Output nothing but the lines from the first line of the entries to the line with "BOSS_EXTRUDE1_DEPTH = 140", inclusive, exactly as they read.

• Records supplied:
★ ★ ★ ★ ★ ★ ★
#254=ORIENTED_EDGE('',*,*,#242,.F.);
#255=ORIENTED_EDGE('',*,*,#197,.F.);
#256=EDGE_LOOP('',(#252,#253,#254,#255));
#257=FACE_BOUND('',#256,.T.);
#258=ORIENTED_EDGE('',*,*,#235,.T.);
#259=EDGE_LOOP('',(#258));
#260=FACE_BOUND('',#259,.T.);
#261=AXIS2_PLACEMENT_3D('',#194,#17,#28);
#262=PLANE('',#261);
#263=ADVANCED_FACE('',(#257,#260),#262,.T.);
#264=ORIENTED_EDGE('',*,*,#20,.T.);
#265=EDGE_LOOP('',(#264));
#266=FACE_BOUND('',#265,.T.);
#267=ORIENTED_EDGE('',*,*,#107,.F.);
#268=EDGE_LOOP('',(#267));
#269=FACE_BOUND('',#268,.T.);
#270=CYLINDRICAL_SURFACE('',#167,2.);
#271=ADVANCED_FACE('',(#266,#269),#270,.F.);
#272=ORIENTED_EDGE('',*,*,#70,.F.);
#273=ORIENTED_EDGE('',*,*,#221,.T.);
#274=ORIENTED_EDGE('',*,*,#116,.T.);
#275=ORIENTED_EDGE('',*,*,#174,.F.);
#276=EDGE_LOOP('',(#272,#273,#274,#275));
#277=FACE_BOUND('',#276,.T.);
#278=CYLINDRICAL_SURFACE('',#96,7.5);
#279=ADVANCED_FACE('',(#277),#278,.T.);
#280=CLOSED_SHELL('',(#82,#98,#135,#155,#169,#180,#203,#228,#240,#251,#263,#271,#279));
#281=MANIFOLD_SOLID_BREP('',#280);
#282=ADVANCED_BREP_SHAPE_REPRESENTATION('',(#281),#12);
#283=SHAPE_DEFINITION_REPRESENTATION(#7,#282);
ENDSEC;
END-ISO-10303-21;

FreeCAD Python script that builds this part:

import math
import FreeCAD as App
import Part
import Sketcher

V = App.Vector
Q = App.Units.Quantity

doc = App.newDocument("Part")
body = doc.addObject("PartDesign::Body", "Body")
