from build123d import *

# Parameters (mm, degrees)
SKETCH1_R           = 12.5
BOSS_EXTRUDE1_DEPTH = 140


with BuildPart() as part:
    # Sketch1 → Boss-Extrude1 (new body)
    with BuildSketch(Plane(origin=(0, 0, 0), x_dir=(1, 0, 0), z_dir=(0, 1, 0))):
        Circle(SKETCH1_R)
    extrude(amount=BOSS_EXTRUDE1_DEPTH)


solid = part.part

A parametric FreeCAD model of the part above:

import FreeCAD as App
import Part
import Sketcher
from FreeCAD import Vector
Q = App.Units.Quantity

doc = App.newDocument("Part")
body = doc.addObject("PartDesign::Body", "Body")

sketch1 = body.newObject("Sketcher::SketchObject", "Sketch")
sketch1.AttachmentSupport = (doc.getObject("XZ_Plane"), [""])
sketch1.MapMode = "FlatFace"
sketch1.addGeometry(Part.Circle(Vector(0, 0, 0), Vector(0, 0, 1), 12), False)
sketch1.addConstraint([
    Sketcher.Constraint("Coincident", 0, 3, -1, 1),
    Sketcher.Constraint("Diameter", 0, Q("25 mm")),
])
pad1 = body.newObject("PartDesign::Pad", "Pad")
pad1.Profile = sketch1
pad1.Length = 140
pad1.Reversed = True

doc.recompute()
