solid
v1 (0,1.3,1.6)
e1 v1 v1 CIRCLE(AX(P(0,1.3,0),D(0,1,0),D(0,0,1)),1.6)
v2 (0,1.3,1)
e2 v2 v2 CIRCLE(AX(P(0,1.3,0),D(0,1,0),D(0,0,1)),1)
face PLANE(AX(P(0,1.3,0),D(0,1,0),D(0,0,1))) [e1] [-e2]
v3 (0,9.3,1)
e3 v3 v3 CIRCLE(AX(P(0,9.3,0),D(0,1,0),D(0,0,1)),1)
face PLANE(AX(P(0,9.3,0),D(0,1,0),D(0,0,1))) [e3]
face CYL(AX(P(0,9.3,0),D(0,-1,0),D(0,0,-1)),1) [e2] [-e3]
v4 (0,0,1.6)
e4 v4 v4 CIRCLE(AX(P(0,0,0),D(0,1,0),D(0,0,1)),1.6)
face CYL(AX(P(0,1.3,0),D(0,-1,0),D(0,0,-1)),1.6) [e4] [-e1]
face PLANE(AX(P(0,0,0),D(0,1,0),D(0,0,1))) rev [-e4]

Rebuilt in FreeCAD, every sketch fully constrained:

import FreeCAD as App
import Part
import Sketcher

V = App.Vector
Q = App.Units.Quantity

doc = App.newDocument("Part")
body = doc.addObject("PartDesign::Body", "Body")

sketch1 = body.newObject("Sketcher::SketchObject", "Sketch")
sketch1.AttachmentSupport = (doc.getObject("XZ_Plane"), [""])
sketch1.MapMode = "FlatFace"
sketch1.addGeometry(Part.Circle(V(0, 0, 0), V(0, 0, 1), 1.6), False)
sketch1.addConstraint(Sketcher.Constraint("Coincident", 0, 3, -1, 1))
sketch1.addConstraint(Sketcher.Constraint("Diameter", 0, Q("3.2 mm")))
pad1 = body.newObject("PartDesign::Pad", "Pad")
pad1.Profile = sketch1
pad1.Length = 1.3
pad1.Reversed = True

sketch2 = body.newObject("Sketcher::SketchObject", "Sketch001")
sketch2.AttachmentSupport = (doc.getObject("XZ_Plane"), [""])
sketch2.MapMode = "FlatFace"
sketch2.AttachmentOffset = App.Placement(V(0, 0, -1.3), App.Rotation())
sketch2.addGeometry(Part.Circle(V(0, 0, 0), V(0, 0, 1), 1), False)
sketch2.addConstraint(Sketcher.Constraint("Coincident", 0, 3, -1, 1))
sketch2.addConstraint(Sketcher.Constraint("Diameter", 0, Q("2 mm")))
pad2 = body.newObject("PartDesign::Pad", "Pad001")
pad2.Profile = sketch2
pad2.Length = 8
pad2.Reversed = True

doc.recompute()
★ ★ ★ ★ ★ ★ ★
• Response to this task:
#254=ORIENTED_EDGE('',*,*,#242,.F.);
#255=ORIENTED_EDGE('',*,*,#197,.F.);
#256=EDGE_LOOP('',(#252,#253,#254,#255));
#257=FACE_BOUND('',#256,.T.);
#258=ORIENTED_EDGE('',*,*,#235,.T.);
#259=EDGE_LOOP('',(#258));
#260=FACE_BOUND('',#259,.T.);
#261=AXIS2_PLACEMENT_3D('',#194,#17,#28);
#262=PLANE('',#261);
#263=ADVANCED_FACE('',(#257,#260),#262,.T.);
#264=ORIENTED_EDGE('',*,*,#20,.T.);
#265=EDGE_LOOP('',(#264));
#266=FACE_BOUND('',#265,.T.);
#267=ORIENTED_EDGE('',*,*,#107,.F.);
#268=EDGE_LOOP('',(#267));
#269=FACE_BOUND('',#268,.T.);
#270=CYLINDRICAL_SURFACE('',#167,2.);
#271=ADVANCED_FACE('',(#266,#269),#270,.F.);
#272=ORIENTED_EDGE('',*,*,#70,.F.);
#273=ORIENTED_EDGE('',*,*,#221,.T.);
#274=ORIENTED_EDGE('',*,*,#116,.T.);
#275=ORIENTED_EDGE('',*,*,#174,.F.);
#276=EDGE_LOOP('',(#272,#273,#274,#275));
#277=FACE_BOUND('',#276,.T.);
#278=CYLINDRICAL_SURFACE('',#96,7.5);
#279=ADVANCED_FACE('',(#277),#278,.T.);
#280=CLOSED_SHELL('',(#82,#98,#135,#155,#169,#180,#203,#228,#240,#251,#263,#271,#279));
#281=MANIFOLD_SOLID_BREP('',#280);
#282=ADVANCED_BREP_SHAPE_REPRESENTATION('',(#281),#12);
#283=SHAPE_DEFINITION_REPRESENTATION(#7,#282);
ENDSEC;
END-ISO-10303-21;

FreeCAD Python script that builds this part:

import math
import FreeCAD as App
import Part
import Sketcher

V = App.Vector
Q = App.Units.Quantity

doc = App.newDocument("Part")
body = doc.addObject("PartDesign::Body", "Body")
from build123d import *

# Parameters (mm, degrees)
SKETCH1_R           = 12.5
BOSS_EXTRUDE1_DEPTH = 140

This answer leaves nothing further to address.